An Air Force plane drops an oil-dispersing chemical onto an oil slick on ocean.
A U.S. Air Force plane drops an oil-dispersing chemical onto an oil slick on the Gulf of Mexico May 5, 2010, as part of the Deepwater Horizon response effort. (NOAA)
The Deepwater Horizon Oil Spill: Five Years Later

This is the eighth in a series of stories over the coming weeks looking at various topics related to the response, the Natural Resource Damage Assessment science, restoration efforts, and the future of the Gulf of Mexico.

APRIL 20, 2015 — Five years ago, in the middle of the response to the Deepwater Horizon oil spill, I was thrown into a scientific debate about the role of chemical dispersants in response to the spill.

Dispersants are one of those things that are talked about a lot in the context of oil spills, but in reality used pretty rarely. Over my more than 20 years in spill response, I've only been involved with a handful of oil spills that used dispersants.
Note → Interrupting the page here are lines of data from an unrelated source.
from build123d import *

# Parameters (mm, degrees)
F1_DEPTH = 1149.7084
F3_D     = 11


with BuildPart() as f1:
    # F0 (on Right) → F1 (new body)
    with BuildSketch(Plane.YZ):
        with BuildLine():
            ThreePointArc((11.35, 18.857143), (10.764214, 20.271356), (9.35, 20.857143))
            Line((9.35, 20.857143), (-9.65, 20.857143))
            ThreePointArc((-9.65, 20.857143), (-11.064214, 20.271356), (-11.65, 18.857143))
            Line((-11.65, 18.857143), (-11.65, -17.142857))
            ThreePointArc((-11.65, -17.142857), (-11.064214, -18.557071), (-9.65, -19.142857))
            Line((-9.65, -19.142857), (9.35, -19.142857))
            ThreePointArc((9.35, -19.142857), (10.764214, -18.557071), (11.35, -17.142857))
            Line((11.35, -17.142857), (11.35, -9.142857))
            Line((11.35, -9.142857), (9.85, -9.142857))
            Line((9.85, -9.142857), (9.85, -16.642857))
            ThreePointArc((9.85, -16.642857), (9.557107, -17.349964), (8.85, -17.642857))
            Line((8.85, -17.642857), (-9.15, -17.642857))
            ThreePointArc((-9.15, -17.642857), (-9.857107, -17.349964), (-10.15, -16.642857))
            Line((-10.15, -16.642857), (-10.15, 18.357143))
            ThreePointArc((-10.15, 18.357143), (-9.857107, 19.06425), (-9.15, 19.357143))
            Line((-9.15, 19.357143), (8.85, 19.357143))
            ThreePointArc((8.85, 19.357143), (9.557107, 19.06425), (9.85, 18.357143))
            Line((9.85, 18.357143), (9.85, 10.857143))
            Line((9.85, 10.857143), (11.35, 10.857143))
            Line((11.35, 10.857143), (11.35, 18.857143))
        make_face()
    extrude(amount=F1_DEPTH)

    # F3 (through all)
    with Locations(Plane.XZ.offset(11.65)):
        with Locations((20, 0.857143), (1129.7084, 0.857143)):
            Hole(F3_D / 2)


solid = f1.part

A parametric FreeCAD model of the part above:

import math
import FreeCAD as App
import Part
import Sketcher
from FreeCAD import Vector

doc = App.newDocument("Part")
params = doc.addObject("Spreadsheet::Sheet", "Params")
for row, (alias, value) in enumerate([
    ("sketch1_radius", "2 mm"),
    ("sketch1_radius2", "0.999999 mm"),
    ("sketch1_width", "19 mm"),
    ("sketch1_width2", "18 mm"),
    ("sketch1_height", "36 mm"),
    ("pad1_length", "1149.7084 mm"),
    ("sketch2_diameter", "11 mm"),
    ("hole_diameter", "11 mm"),
], start=1):
    params.set(f"A{row}", alias)
    params.set(f"B{row}", "=" + value)
    params.setAlias(f"B{row}", alias)

body = doc.addObject("PartDesign::Body", "Body")

# Sketch on YZ plane
sketch1 = body.newObject("Sketcher::SketchObject", "Sketch")
sketch1.AttachmentSupport = (doc.getObject("YZ_Plane"), [""])
sketch1.MapMode = "FlatFace"
sketch1.addGeometry([
    Part.ArcOfCircle(Part.Circle(Vector(9.3, 18.9, 0), Vector(0, 0, 1), 2), math.radians(0), math.radians(90)),  # 0
    Part.LineSegment(Vector(9.3, 20.9, 0), Vector(-9.7, 20.9, 0)),  # 1
    Part.ArcOfCircle(Part.Circle(Vector(-9.6, 18.9, 0), Vector(0, 0, 1), 2), math.radians(90), math.radians(180)),  # 2
    Part.LineSegment(Vector(-11.7, 18.9, 0), Vector(-11.7, -17.1, 0)),  # 3
    Part.ArcOfCircle(Part.Circle(Vector(-9.7, -17.1, 0), Vector(0, 0, 1), 2), math.radians(180), math.radians(270)),  # 4
    Part.LineSegment(Vector(-9.7, -19.1, 0), Vector(9.3, -19.1, 0)),  # 5
    Part.ArcOfCircle(Part.Circle(Vector(9.4, -17.1, 0), Vector(0, 0, 1), 2), math.radians(-90), math.radians(0)),  # 6
    Part.LineSegment(Vector(11.3, -17.1, 0), Vector(11.3, -9.1, 0)),  # 7
    Part.LineSegment(Vector(11.3, -9.1, 0), Vector(9.8, -9.1, 0)),  # 8
    Part.LineSegment(Vector(9.8, -9.1, 0), Vector(9.8, -16.6, 0)),  # 9
    Part.ArcOfCircle(Part.Circle(Vector(8.9, -16.6, 0), Vector(0, 0, 1), 1), math.radians(-90), math.radians(0)),  # 10
    Part.LineSegment(Vector(8.8, -17.6, 0), Vector(-9.2, -17.6, 0)),  # 11
    Part.ArcOfCircle(Part.Circle(Vector(-9.2, -16.6, 0), Vector(0, 0, 1), 1), math.radians(180), math.radians(270)),  # 12
    Part.LineSegment(Vector(-10.2, -16.6, 0), Vector(-10.2, 18.4, 0)),  # 13
    Part.ArcOfCircle(Part.Circle(Vector(-9.2, 18.4, 0), Vector(0, 0, 1), 1), math.radians(90), math.radians(180)),  # 14
    Part.LineSegment(Vector(-9.2, 19.4, 0), Vector(8.8, 19.4, 0)),  # 15
    Part.ArcOfCircle(Part.Circle(Vector(8.9, 18.4, 0), Vector(0, 0, 1), 1), math.radians(0), math.radians(90)),  # 16
    Part.LineSegment(Vector(9.8, 18.4, 0), Vector(9.8, 10.9, 0)),  # 17
    Part.LineSegment(Vector(9.8, 10.9, 0), Vector(11.3, 10.9, 0)),  # 18
    Part.LineSegment(Vector(11.3, 10.9, 0), Vector(11.3, 18.9, 0)),  # 19
], False)
sketch1.addConstraint([
    Sketcher.Constraint("Tangent", 0, 2, 1, 1),
    Sketcher.Constraint("Tangent", 1, 2, 2, 1),
    Sketcher.Constraint("Tangent", 2, 2, 3, 1),
    Sketcher.Constraint("Tangent", 3, 2, 4, 1),
    Sketcher.Constraint("Tangent", 4, 2, 5, 1),
    Sketcher.Constraint("Tangent", 5, 2, 6, 1),
    Sketcher.Constraint("Tangent", 6, 2, 7, 1),
    Sketcher.Constraint("Coincident", 7, 2, 8, 1),
    Sketcher.Constraint("Coincident", 8, 2, 9, 1),
    Sketcher.Constraint("Tangent", 9, 2, 10, 2),
    Sketcher.Constraint("Tangent", 10, 1, 11, 1),
    Sketcher.Constraint("Tangent", 11, 2, 12, 2),
    Sketcher.Constraint("Tangent", 12, 1, 13, 1),
    Sketcher.Constraint("Tangent", 13, 2, 14, 2),
    Sketcher.Constraint("Tangent", 14, 1, 15, 1),
    Sketcher.Constraint("Tangent", 15, 2, 16, 2),
    Sketcher.Constraint("Tangent", 16, 1, 17, 1),
    Sketcher.Constraint("Coincident", 17, 2, 18, 1),
    Sketcher.Constraint("Coincident", 18, 2, 19, 1),
    Sketcher.Constraint("Tangent", 19, 2, 0, 1),
    Sketcher.Constraint("Horizontal", 1),
    Sketcher.Constraint("Vertical", 3),
    Sketcher.Constraint("Horizontal", 5),
    Sketcher.Constraint("Vertical", 7),
    Sketcher.Constraint("Horizontal", 8),
    Sketcher.Constraint("Vertical", 9),
    Sketcher.Constraint("Horizontal", 11),
    Sketcher.Constraint("Vertical", 13),
    Sketcher.Constraint("Horizontal", 15),
    Sketcher.Constraint("Vertical", 17),
    Sketcher.Constraint("Horizontal", 18),
    Sketcher.Constraint("Vertical", 19),
    Sketcher.Constraint("Equal", 0, 2),
    Sketcher.Constraint("Equal", 2, 4),
    Sketcher.Constraint("Equal", 4, 6),
    Sketcher.Constraint("Equal", 10, 12),
    Sketcher.Constraint("Equal", 12, 14),
    Sketcher.Constraint("Equal", 14, 16),
    Sketcher.Constraint("Vertical", 0, 3, 6, 3),
    Sketcher.Constraint("Vertical", 10, 3, 16, 3),
    Sketcher.Constraint("Equal", 9, 17),
    Sketcher.Constraint("Equal", 7, 19),
    Sketcher.Constraint("Radius", 0, 2.0),
    Sketcher.Constraint("Radius", 10, 0.999999),
    Sketcher.Constraint("DistanceX", 1, 2, 1, 1, 19.0),
    Sketcher.Constraint("DistanceX", 11, 2, 11, 1, 18.0),
    Sketcher.Constraint("DistanceY", 3, 2, 3, 1, 36.0),
    Sketcher.Constraint("DistanceY", 7, 1, 7, 2, 8.0),
    Sketcher.Constraint("DistanceY", 13, 1, 13, 2, 35.0),
    Sketcher.Constraint("DistanceX", 8, 2, 8, 1, 1.5),
    Sketcher.Constraint("DistanceX", -1, 1, 0, 3, 9.35),
    Sketcher.Constraint("DistanceY", 4, 3, -1, 1, 17.142858),
])
sketch1.setExpression("Constraints[42]", "Params.sketch1_radius")
sketch1.setExpression("Constraints[43]", "Params.sketch1_radius2")
sketch1.setExpression("Constraints[44]", "Params.sketch1_width")
sketch1.setExpression("Constraints[45]", "Params.sketch1_width2")
sketch1.setExpression("Constraints[46]", "Params.sketch1_height")
pad1 = body.newObject("PartDesign::Pad", "Pad")
pad1.Profile = sketch1
pad1.setExpression("Length", "Params.pad1_length")

# Sketch on XZ plane
sketch2 = body.newObject("Sketcher::SketchObject", "Sketch001")
sketch2.AttachmentSupport = (doc.getObject("XZ_Plane"), [""])
sketch2.MapMode = "FlatFace"
sketch2.AttachmentOffset = App.Placement(Vector(0, 0, 11.65), App.Rotation())
sketch2.addGeometry([
    Part.Circle(Vector(20, 1, 0), Vector(0, 0, 1), 6),
    Part.Circle(Vector(1130, 1, 0), Vector(0, 0, 1), 6),
], False)
sketch2.addConstraint([
    Sketcher.Constraint("Equal", 0, 1),
    Sketcher.Constraint("Horizontal", 0, 3, 1, 3),
    Sketcher.Constraint("Diameter", 0, 11.0),
    Sketcher.Constraint("DistanceX", -1, 1, 0, 3, 20.0),
    Sketcher.Constraint("DistanceX", -1, 1, 1, 3, 1129.7084),
    Sketcher.Constraint("DistanceY", -1, 1, 0, 3, 0.857143),
])
sketch2.setExpression("Constraints[2]", "Params.sketch2_diameter")
doc.recompute()
hole = body.newObject("PartDesign::Hole", "Hole")
hole.Profile = sketch2
hole.ThreadType = "None"
hole.setExpression("Diameter", "Params.hole_diameter")
hole.DepthType = "ThroughAll"

doc.recompute()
But the unprecedented use of chemical dispersants on and below the ocean's surface during the Deepwater Horizon oil spill raised all sorts of scientific, public, and political questions. Questions about both their effectiveness in minimizing impacts from oil as well as their potential consequences for marine life in the Gulf of Mexico.

Did we understand how the ingredients and components of the dispersants behave? How toxic are they? What are the potential risks of dispersants and do they outweigh the benefits?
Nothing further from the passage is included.